** The task **
Print word for word the first line of the records below and every following line through the one containing "v 84.5 30 50"; print nothing else.

** Material supplied **
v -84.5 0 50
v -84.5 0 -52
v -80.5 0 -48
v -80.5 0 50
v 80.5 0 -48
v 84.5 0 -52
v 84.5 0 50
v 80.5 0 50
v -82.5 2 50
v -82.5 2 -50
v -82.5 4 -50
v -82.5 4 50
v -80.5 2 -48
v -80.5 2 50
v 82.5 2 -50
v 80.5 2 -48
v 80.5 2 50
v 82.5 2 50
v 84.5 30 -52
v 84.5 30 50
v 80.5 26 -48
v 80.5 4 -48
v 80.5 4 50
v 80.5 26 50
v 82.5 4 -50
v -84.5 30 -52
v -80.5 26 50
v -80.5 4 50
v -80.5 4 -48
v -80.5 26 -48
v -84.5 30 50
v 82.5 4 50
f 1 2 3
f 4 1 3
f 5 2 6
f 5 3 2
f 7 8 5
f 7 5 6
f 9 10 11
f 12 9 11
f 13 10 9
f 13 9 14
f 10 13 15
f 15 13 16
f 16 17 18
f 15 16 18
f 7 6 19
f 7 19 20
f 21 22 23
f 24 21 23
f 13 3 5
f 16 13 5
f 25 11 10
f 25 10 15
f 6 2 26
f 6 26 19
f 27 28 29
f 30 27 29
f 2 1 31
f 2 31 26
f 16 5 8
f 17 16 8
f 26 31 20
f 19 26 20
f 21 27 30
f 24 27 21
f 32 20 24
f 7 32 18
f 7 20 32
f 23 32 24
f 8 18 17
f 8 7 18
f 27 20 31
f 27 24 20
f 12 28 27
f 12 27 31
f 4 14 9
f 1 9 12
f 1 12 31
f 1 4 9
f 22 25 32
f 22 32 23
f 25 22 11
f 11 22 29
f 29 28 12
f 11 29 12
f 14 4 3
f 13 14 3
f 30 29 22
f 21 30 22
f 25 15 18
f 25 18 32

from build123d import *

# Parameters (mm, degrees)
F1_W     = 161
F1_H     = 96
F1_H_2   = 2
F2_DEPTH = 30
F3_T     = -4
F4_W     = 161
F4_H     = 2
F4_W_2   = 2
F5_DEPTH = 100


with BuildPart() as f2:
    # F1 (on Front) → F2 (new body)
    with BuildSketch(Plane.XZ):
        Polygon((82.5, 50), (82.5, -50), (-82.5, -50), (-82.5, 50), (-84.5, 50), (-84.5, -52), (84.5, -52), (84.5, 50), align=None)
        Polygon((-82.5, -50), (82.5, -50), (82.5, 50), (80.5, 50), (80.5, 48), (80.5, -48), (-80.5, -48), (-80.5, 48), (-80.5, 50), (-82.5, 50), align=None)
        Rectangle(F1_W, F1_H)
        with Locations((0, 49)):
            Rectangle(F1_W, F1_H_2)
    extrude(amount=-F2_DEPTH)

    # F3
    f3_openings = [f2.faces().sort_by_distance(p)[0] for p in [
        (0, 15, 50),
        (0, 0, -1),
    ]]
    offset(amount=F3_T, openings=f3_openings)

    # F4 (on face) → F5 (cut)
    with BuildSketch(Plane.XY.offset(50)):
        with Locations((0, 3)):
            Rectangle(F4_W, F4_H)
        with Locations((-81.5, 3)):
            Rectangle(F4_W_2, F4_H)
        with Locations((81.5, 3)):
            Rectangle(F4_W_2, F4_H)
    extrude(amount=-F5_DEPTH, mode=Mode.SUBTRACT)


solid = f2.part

** Exercise result **
v -84.5 0 50
v -84.5 0 -52
v -80.5 0 -48
v -80.5 0 50
v 80.5 0 -48
v 84.5 0 -52
v 84.5 0 50
v 80.5 0 50
v -82.5 2 50
v -82.5 2 -50
v -82.5 4 -50
v -82.5 4 50
v -80.5 2 -48
v -80.5 2 50
v 82.5 2 -50
v 80.5 2 -48
v 80.5 2 50
v 82.5 2 50
v 84.5 30 -52
v 84.5 30 50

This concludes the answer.